| Information supplied |
----------
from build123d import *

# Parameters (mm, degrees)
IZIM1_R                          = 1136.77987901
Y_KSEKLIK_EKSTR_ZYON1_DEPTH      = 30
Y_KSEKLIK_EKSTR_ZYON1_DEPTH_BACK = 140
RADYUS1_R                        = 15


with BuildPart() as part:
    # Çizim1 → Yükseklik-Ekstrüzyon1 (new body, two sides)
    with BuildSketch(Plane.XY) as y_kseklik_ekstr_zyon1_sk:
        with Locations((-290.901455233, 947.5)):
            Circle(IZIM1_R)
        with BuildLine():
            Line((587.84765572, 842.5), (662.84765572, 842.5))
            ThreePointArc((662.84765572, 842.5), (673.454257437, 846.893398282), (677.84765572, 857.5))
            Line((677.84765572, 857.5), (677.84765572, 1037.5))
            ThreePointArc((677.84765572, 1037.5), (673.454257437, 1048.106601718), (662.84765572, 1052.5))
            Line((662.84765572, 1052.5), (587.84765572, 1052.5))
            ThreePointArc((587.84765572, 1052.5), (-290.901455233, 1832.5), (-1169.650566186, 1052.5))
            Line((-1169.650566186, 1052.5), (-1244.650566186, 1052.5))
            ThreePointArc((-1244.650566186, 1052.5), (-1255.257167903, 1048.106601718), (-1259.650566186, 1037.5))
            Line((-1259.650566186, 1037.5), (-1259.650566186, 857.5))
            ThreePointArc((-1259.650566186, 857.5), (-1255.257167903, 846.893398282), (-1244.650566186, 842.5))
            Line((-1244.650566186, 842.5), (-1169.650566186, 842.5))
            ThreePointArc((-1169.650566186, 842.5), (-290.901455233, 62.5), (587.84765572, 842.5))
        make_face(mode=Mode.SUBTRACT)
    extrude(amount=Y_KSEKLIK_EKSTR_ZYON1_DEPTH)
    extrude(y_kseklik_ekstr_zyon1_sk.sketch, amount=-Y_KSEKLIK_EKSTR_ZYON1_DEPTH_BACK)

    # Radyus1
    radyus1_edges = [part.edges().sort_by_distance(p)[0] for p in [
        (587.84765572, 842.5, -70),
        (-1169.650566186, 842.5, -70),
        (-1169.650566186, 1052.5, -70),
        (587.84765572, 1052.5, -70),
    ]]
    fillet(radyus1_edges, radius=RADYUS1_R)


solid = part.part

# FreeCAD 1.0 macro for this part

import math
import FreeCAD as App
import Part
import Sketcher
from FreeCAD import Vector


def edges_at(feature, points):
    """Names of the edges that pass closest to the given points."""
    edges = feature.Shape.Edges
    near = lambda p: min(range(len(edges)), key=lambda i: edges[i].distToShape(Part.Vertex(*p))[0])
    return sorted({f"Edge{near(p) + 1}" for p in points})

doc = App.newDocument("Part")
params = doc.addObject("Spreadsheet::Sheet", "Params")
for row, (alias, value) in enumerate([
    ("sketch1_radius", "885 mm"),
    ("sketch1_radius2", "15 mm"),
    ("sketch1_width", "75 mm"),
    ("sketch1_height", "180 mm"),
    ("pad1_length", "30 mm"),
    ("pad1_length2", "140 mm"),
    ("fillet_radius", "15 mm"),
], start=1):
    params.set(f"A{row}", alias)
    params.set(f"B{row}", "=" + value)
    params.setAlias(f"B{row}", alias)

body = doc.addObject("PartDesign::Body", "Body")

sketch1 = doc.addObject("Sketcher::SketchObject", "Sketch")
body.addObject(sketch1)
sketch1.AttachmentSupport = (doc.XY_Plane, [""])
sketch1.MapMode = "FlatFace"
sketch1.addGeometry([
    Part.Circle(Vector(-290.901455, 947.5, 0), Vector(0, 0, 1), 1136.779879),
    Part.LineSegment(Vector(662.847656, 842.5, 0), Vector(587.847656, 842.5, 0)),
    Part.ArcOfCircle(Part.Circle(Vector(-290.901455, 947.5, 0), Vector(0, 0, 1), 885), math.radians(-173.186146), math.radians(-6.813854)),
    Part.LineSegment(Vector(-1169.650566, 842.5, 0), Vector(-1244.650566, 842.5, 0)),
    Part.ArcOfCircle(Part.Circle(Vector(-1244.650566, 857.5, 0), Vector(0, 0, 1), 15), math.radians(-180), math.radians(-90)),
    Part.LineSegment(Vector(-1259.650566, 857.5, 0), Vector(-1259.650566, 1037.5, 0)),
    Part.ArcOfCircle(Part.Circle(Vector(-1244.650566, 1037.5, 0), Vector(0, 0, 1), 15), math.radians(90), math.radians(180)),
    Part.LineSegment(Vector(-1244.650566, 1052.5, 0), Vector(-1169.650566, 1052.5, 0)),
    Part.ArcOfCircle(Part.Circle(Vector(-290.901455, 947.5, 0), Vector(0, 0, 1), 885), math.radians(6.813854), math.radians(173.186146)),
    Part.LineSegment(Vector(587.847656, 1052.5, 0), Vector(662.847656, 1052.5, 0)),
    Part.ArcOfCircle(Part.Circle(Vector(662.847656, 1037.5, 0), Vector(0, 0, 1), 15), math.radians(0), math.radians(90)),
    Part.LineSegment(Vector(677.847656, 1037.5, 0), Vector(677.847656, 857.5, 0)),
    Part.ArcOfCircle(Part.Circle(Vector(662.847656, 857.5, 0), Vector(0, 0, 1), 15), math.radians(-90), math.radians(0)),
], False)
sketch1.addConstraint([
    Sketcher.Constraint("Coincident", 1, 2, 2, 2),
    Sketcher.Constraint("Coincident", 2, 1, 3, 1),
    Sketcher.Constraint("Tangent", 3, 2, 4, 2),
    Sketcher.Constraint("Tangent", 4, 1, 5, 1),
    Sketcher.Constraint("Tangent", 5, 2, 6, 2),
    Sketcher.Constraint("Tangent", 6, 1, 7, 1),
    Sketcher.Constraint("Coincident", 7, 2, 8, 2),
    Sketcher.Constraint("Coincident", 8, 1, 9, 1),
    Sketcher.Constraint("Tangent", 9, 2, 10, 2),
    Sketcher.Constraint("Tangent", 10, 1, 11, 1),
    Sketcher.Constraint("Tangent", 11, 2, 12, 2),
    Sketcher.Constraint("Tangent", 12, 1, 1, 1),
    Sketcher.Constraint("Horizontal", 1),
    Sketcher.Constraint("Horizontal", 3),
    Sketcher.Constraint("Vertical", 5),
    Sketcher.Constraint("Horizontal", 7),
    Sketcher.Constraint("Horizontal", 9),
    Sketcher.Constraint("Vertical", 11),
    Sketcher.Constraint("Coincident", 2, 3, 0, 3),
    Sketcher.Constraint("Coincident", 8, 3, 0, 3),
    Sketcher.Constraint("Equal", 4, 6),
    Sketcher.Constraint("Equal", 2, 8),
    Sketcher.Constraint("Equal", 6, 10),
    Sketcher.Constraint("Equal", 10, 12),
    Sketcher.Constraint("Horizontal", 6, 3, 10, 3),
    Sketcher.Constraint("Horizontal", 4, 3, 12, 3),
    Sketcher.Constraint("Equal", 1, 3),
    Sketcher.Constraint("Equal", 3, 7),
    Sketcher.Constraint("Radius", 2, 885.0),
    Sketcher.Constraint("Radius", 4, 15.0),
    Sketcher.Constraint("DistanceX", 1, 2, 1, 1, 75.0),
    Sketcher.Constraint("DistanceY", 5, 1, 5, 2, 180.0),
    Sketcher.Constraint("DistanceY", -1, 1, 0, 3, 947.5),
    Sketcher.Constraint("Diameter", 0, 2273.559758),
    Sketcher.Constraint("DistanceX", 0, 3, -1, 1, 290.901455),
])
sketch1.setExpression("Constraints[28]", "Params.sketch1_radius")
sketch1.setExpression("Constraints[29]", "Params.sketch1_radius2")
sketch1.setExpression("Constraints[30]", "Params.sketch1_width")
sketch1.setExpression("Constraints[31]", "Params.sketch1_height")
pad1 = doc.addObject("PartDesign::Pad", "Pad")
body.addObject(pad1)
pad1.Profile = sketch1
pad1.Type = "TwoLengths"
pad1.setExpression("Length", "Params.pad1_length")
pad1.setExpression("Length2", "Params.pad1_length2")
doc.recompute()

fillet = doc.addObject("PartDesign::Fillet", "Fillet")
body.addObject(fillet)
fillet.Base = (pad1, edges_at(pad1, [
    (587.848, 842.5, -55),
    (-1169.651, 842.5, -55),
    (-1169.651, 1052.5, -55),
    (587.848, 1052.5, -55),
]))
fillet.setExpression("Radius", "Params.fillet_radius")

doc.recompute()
----------
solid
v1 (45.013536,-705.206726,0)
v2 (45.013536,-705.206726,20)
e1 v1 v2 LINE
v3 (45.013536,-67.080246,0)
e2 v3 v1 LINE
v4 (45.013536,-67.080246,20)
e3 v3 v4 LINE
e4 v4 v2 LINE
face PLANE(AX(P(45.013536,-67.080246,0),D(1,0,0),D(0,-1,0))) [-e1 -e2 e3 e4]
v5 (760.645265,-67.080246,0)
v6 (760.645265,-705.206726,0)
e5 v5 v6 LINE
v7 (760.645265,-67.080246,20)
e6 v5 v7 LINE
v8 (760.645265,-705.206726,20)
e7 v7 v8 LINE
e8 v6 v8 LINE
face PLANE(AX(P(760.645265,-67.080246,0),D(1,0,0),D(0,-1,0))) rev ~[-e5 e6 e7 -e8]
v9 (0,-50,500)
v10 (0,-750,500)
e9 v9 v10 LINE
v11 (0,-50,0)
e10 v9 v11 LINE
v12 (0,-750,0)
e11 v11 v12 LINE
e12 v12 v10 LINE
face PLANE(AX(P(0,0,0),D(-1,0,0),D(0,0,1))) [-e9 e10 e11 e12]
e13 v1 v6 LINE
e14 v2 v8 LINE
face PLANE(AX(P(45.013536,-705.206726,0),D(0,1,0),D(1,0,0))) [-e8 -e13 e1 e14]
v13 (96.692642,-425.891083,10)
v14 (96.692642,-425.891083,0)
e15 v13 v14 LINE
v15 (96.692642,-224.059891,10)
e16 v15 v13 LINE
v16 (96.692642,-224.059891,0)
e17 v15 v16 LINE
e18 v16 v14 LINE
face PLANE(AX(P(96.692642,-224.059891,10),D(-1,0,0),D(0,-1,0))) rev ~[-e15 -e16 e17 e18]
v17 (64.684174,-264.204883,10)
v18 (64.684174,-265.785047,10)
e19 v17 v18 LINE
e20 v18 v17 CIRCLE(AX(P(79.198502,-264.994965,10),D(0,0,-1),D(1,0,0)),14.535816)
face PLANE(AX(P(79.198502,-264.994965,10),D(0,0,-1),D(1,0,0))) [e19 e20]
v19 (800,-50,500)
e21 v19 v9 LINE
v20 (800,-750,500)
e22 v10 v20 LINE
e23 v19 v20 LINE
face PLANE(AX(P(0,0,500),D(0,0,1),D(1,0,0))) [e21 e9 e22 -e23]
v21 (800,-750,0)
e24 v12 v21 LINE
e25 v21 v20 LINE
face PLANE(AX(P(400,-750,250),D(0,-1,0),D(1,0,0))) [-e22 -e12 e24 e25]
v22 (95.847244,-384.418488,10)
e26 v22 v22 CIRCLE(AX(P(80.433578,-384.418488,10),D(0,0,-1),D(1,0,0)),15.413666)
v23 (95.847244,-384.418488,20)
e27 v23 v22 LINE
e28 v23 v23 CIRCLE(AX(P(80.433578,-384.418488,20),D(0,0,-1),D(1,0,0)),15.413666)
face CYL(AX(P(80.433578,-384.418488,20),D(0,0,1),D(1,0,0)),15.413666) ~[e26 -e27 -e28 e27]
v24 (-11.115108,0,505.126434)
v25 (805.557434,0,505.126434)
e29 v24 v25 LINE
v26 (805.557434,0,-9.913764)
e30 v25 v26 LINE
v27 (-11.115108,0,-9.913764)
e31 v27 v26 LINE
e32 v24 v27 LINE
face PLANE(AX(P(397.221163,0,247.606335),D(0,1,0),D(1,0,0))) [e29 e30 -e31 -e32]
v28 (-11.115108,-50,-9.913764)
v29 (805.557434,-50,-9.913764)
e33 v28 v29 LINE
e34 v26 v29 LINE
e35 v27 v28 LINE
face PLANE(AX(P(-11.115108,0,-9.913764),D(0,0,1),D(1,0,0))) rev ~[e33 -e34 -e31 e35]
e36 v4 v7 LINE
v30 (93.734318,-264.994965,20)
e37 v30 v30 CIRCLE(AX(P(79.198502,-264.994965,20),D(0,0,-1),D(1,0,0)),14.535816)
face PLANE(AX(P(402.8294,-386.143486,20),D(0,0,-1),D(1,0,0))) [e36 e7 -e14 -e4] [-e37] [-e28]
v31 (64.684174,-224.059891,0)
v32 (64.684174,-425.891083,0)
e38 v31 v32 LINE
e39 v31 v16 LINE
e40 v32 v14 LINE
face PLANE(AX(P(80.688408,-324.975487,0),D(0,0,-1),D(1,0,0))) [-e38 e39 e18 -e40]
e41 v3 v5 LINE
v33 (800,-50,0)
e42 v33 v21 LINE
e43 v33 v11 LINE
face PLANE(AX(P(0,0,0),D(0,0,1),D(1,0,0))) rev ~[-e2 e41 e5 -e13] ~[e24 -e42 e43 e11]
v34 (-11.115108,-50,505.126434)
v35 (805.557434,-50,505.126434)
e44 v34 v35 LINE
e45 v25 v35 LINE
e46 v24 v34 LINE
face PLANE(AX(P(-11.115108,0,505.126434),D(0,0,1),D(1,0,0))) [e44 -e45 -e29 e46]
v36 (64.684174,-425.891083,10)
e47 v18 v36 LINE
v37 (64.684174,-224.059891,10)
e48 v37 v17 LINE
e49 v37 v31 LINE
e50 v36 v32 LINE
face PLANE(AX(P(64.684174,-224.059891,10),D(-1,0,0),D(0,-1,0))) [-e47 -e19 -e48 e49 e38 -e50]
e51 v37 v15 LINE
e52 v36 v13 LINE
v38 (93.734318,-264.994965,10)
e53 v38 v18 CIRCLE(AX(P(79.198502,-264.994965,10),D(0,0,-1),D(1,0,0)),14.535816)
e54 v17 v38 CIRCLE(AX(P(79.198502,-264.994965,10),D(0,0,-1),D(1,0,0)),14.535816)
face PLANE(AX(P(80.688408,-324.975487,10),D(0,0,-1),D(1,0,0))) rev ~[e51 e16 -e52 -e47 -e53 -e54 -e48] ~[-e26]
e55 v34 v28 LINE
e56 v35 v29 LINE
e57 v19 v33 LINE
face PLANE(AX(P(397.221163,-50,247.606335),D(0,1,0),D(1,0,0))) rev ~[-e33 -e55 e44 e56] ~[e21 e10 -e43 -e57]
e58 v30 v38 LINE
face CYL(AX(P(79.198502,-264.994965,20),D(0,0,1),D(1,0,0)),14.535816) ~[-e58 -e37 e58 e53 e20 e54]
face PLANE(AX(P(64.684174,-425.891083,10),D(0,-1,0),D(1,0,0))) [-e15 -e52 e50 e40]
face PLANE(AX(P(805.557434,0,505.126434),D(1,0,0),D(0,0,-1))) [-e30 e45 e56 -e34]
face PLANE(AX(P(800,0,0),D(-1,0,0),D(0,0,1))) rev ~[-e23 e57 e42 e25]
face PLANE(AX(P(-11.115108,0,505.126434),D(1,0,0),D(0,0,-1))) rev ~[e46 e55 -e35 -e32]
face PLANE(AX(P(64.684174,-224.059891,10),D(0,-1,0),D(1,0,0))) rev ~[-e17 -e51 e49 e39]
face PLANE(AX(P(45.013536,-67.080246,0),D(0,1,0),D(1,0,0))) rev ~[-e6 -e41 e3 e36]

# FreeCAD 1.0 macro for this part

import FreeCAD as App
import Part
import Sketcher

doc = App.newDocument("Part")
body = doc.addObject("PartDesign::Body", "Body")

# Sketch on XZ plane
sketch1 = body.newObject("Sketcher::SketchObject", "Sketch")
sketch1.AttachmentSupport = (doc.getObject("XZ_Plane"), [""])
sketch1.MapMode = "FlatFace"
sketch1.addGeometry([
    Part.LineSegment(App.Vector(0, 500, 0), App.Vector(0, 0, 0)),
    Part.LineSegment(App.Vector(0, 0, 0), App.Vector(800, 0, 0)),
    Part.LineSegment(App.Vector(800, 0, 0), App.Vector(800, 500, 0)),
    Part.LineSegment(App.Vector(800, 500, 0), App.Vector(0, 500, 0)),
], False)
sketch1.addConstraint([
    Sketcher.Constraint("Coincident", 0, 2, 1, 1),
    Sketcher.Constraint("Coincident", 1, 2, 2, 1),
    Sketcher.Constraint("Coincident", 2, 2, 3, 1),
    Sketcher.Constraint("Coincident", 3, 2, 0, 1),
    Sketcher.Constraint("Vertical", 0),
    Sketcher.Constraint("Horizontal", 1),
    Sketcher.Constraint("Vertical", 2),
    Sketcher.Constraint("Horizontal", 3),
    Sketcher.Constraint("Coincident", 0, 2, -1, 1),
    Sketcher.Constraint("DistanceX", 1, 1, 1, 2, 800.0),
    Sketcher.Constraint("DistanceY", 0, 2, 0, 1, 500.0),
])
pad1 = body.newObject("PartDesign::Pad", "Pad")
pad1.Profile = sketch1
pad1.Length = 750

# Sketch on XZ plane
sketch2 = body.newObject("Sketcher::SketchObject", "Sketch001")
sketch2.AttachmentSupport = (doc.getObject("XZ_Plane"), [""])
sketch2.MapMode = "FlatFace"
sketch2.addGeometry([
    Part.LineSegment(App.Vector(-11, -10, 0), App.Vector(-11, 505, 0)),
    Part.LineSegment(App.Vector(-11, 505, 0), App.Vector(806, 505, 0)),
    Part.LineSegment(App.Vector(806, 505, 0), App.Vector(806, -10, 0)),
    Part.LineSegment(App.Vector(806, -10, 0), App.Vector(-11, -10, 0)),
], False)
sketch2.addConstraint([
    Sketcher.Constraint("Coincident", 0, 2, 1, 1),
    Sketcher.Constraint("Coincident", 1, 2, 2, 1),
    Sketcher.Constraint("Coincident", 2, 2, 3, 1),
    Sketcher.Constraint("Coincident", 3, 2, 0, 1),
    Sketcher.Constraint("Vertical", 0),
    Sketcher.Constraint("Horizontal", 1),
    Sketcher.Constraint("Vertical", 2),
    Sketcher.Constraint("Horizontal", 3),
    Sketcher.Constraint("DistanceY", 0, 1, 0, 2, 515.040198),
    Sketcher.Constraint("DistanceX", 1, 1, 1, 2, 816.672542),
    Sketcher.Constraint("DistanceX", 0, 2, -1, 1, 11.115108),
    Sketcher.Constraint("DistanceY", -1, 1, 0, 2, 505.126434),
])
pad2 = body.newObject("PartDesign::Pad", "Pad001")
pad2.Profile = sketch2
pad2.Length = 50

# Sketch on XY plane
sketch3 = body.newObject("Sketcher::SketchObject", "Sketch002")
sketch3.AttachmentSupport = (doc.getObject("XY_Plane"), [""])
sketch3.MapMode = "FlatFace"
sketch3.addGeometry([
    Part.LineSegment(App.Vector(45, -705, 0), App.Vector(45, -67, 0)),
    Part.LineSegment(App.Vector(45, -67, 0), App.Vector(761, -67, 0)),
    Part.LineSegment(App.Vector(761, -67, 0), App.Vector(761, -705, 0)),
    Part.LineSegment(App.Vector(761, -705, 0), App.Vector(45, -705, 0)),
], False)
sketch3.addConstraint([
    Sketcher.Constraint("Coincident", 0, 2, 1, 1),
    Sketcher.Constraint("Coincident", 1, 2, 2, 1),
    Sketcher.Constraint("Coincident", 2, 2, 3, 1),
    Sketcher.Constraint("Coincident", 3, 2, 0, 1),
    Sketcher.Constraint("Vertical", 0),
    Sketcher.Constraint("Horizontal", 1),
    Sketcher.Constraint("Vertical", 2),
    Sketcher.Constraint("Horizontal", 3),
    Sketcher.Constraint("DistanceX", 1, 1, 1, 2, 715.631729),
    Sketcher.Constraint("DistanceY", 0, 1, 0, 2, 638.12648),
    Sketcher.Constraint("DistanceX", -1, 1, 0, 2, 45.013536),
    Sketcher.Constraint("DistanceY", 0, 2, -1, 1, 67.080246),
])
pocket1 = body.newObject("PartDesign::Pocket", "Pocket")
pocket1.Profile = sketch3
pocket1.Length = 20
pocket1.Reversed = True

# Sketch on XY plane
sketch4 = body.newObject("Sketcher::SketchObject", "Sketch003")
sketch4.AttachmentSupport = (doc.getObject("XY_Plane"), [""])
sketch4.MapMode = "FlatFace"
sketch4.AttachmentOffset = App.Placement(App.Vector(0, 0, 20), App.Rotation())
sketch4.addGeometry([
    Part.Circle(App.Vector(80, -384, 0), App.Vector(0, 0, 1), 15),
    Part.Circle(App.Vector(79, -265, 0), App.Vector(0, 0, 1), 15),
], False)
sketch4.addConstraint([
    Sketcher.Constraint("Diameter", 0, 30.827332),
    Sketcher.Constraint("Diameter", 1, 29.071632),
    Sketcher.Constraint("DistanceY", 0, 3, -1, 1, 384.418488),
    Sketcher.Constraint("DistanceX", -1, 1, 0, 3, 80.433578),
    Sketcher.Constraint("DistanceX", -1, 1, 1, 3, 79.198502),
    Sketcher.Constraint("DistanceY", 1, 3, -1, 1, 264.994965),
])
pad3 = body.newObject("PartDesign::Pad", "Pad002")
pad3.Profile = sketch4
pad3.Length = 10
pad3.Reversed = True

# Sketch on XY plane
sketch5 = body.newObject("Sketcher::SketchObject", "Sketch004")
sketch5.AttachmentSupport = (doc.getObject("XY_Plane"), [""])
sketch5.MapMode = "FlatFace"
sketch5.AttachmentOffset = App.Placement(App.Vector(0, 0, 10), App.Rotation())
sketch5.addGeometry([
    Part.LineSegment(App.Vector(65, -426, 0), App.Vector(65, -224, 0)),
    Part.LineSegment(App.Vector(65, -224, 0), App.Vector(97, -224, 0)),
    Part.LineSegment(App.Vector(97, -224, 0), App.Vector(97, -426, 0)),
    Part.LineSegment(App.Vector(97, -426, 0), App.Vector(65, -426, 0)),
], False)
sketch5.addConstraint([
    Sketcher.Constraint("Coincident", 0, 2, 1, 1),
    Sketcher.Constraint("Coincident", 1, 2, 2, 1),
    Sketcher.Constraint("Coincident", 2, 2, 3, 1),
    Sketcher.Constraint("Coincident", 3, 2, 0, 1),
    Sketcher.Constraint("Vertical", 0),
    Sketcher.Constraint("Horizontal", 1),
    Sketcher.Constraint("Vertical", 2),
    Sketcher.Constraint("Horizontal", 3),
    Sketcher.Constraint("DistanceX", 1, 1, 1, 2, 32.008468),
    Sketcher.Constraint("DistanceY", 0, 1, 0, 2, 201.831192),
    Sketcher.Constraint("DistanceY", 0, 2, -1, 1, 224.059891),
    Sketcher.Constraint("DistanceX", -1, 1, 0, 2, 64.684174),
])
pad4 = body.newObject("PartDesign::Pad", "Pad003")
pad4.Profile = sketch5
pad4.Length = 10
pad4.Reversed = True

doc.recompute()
----------
| Prompt |
What is needed is a verbatim copy of every line in the records above from the one containing "-e54 -e48] ~[-e26]" down to the one containing "face PLANE(AX(P(800,0,0),D(-1,0,0),D(0,0,1))) rev", both included, and nothing more.

| The completed task |
face PLANE(AX(P(80.688408,-324.975487,10),D(0,0,-1),D(1,0,0))) rev ~[e51 e16 -e52 -e47 -e53 -e54 -e48] ~[-e26]
e55 v34 v28 LINE
e56 v35 v29 LINE
e57 v19 v33 LINE
face PLANE(AX(P(397.221163,-50,247.606335),D(0,1,0),D(1,0,0))) rev ~[-e33 -e55 e44 e56] ~[e21 e10 -e43 -e57]
e58 v30 v38 LINE
face CYL(AX(P(79.198502,-264.994965,20),D(0,0,1),D(1,0,0)),14.535816) ~[-e58 -e37 e58 e53 e20 e54]
face PLANE(AX(P(64.684174,-425.891083,10),D(0,-1,0),D(1,0,0))) [-e15 -e52 e50 e40]
face PLANE(AX(P(805.557434,0,505.126434),D(1,0,0),D(0,0,-1))) [-e30 e45 e56 -e34]
face PLANE(AX(P(800,0,0),D(-1,0,0),D(0,0,1))) rev ~[-e23 e57 e42 e25]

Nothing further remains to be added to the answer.